Лейтенант Захария, лейтенант Захария, лейтенант Захария!
Доктор внезапно прекратил игру, хотя она на этот раз складывалась не так сложно, как обычно, и сказал:
— Вы помните, что именно этот лейтенант Захария приказал вам сделать, Бенжамин?
— Да, сэр.
— Что был за приказ?
— Мы отрезали два выхода в системе туннелей Конга, и лейтенант Захария приказал мне расчистить один из них.

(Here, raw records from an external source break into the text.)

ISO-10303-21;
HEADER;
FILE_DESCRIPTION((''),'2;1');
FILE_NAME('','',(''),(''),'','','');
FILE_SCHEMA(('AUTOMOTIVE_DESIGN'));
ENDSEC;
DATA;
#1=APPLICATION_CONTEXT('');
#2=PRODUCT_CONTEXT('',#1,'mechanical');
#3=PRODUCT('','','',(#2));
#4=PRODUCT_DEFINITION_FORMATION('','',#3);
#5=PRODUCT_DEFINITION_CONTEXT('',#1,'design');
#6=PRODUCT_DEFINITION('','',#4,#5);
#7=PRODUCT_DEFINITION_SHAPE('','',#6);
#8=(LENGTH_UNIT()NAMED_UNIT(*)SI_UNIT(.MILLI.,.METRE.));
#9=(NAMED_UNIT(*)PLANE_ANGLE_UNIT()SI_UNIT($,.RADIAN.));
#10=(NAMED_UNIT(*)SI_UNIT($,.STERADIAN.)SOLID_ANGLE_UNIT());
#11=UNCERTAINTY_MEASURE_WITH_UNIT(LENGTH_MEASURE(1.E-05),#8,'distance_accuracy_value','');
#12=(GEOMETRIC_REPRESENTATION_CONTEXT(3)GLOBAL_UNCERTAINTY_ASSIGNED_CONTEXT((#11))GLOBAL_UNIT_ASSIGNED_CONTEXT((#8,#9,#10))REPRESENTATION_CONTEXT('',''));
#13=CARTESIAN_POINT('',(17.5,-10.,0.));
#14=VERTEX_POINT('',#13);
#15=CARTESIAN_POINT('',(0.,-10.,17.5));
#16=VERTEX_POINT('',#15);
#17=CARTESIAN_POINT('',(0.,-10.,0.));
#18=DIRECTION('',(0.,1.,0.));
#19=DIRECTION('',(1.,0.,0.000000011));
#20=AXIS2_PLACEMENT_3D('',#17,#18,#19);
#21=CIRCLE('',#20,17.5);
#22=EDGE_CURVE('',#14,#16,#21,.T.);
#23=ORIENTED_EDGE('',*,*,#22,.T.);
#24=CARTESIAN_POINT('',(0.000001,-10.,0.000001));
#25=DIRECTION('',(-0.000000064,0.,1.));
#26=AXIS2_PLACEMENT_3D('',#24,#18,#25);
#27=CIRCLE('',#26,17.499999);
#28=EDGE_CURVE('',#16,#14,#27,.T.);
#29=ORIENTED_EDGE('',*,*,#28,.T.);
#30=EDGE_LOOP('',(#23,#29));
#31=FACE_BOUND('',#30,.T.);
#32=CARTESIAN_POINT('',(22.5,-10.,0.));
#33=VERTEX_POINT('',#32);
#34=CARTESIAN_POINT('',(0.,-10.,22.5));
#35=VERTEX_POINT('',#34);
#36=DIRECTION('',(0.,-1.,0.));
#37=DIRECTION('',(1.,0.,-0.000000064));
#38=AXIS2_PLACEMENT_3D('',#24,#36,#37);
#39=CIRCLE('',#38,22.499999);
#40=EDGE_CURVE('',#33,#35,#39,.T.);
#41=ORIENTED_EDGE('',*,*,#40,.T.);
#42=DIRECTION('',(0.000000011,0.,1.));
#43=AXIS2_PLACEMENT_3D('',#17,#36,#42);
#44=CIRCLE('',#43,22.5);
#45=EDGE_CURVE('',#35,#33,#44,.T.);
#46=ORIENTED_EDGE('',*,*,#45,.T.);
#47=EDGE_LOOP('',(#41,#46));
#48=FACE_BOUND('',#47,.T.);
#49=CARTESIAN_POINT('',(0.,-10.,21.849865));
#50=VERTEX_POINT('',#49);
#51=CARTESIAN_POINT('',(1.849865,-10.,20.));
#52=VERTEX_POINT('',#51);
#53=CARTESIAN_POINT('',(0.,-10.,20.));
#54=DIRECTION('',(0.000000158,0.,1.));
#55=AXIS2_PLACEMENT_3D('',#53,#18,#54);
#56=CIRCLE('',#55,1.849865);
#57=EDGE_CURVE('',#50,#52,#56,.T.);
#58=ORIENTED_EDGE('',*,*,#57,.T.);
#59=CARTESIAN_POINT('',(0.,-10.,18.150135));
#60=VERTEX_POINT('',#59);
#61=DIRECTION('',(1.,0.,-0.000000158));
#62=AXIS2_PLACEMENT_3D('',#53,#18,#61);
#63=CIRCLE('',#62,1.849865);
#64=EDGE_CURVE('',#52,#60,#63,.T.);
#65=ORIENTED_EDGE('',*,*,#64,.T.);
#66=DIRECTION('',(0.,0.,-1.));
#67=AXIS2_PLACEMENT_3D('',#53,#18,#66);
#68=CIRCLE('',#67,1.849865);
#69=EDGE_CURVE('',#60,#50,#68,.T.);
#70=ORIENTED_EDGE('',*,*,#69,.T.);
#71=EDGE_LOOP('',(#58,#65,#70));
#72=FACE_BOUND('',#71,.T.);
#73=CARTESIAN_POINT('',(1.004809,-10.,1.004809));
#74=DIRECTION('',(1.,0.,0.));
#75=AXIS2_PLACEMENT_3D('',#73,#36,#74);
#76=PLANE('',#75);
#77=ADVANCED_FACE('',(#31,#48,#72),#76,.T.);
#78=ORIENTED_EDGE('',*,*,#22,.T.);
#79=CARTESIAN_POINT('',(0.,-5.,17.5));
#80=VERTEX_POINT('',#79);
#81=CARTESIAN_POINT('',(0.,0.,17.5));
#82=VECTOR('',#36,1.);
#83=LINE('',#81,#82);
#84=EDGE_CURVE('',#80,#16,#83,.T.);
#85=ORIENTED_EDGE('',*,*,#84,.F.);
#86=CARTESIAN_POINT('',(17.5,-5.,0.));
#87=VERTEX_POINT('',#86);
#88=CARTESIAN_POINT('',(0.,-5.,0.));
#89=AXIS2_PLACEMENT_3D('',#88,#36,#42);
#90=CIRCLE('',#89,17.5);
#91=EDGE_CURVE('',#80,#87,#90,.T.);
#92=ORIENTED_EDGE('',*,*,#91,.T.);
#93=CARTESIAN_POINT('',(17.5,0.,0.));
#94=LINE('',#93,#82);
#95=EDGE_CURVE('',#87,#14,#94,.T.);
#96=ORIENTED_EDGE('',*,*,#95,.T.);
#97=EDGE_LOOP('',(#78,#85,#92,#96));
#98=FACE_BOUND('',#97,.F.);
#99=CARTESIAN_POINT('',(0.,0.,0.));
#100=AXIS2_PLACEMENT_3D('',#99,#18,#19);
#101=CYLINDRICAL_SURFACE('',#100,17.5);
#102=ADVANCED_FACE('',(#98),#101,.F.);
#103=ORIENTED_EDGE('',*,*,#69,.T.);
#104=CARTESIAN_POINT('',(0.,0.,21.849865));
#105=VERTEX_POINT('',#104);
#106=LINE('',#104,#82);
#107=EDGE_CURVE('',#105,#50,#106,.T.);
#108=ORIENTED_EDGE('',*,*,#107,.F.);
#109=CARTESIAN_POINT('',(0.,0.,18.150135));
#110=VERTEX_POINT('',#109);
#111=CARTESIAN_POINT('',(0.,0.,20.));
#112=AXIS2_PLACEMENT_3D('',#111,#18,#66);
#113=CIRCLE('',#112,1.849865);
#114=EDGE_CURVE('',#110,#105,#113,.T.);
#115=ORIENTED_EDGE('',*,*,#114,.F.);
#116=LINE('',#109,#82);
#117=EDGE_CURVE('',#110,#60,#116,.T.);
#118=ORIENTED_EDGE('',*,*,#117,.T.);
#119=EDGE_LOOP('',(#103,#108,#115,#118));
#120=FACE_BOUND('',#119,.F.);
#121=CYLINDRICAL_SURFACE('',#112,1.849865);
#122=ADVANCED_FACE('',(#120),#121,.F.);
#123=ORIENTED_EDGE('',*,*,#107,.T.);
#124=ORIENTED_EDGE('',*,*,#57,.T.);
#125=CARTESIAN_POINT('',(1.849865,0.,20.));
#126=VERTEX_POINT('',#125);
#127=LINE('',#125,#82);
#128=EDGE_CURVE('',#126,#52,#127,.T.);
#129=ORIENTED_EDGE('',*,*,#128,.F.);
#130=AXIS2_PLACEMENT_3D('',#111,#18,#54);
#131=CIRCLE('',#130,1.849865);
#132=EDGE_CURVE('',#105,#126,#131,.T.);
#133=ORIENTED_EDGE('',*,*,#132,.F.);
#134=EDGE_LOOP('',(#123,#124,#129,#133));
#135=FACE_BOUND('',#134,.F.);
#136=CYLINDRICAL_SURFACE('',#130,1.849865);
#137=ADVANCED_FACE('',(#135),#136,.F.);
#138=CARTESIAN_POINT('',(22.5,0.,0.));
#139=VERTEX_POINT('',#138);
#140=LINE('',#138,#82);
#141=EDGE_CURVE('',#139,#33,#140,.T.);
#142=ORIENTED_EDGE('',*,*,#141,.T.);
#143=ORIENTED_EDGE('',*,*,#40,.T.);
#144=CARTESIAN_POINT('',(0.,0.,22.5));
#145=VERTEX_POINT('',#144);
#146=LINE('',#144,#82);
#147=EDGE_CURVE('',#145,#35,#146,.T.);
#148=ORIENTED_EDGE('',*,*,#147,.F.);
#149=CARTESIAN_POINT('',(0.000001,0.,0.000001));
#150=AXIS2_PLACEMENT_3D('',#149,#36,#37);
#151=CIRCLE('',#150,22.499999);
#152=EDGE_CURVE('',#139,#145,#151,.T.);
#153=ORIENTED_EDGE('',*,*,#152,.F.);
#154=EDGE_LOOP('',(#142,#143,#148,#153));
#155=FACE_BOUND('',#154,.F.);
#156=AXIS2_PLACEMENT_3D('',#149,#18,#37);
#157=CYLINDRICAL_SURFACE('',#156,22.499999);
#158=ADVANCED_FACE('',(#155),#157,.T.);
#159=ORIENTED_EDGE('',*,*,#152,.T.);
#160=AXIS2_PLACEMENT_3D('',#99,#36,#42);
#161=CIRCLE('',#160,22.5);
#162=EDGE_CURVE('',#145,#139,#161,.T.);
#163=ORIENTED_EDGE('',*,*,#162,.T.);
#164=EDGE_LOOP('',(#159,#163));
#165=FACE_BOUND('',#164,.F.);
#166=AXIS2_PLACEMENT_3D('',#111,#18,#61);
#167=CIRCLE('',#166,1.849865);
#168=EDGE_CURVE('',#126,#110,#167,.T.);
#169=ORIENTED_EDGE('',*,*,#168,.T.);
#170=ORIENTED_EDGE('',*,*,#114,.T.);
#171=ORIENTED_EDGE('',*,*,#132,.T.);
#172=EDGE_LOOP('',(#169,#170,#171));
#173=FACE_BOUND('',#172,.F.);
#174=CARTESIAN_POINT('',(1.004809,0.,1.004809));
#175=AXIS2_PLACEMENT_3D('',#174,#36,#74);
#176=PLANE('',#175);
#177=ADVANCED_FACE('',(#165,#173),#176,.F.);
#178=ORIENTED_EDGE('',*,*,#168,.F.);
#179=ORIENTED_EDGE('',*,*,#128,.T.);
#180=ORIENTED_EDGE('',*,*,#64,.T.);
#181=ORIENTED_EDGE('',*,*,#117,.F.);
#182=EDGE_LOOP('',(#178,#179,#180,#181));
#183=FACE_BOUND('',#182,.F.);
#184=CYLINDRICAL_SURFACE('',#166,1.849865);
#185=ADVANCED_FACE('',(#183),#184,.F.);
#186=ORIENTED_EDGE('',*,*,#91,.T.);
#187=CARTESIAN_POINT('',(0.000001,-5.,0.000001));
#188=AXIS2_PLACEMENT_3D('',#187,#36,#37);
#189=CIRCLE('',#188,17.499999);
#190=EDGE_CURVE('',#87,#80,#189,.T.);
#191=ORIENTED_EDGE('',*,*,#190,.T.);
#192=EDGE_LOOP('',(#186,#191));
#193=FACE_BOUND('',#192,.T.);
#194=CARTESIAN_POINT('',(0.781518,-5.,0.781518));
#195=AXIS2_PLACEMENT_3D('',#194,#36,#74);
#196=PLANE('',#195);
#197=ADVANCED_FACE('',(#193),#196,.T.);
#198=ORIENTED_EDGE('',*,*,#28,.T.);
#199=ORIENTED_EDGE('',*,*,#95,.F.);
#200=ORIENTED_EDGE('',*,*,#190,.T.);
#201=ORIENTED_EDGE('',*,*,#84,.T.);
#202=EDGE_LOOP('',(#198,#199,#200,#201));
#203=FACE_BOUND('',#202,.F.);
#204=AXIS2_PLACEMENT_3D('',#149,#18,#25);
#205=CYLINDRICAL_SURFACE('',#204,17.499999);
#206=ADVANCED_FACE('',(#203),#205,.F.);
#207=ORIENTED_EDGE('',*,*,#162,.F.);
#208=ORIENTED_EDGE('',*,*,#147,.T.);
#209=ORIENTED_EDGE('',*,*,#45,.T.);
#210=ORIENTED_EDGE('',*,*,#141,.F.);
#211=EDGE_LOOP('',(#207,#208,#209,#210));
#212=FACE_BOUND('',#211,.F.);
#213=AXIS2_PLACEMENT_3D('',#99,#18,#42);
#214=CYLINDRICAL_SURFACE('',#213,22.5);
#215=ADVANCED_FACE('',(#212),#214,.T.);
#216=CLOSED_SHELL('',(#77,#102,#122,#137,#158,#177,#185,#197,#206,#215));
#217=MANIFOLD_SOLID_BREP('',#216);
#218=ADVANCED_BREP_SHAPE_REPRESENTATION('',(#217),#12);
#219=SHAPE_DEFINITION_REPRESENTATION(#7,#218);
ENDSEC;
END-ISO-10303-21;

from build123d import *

# Parameters (mm, degrees)
F1_DEPTH = 5
F2_DEPTH = 10


with BuildPart() as f1:
    # F0 (on Front) → F1 (new body)
    with BuildSketch(Plane.XZ):
        with BuildLine():
            ThreePointArc((17.5, 0), (12.374369, 12.374369), (0, 17.5))
            ThreePointArc((0, 17.5), (-12.374369, -12.374369), (17.5, 0))
        make_face()
    extrude(amount=F1_DEPTH)

    # F0 (on Front) → F2 (join)
    with BuildSketch(Plane.XZ):
        with BuildLine():
            ThreePointArc((0, 22.5), (-15.909903, -15.909903), (22.5, 0))
            ThreePointArc((22.5, 0), (15.909903, 15.909903), (0, 22.5))
        make_face()
        with BuildLine():
            ThreePointArc((17.5, 0), (-12.374369, -12.374369), (0, 17.5))
            ThreePointArc((0, 17.5), (12.374369, 12.374369), (17.5, 0))
        make_face(mode=Mode.SUBTRACT)
        with BuildLine():
            ThreePointArc((0, 18.150135), (-1.849865, 20), (0, 21.849865))
            ThreePointArc((0, 21.849865), (1.308052, 21.308052), (1.849865, 20))
            ThreePointArc((1.849865, 20), (1.308052, 18.691948), (0, 18.150135))
        make_face(mode=Mode.SUBTRACT)
    extrude(amount=F2_DEPTH)


solid = f1.part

— Как вы выполнили приказ?
— Бросил гранату, сэр. Потом, прежде, чем дым перед туннелем рассеялся, я пошел вперед, стреляя из автомата.
— А потом, Бенжамин?
— Потом мы спустились, сэр.
— Мы?
— Лейтенант Захария, сержант Кумз, рядовые Хэзли и Уэйд и еще кто-то, не помню.
— И вы.
— Да, и я.
— И что?
— В туннелях мы нашли четверых мертвых мужчин и еще останки людей у входа в комплекс. Лейтенант Захария приказал продвигаться осторожно. Через сто пятьдесят ярдов мы наткнулись на бамбуковую решетку, за которой находились крестьяне, в основном женщины.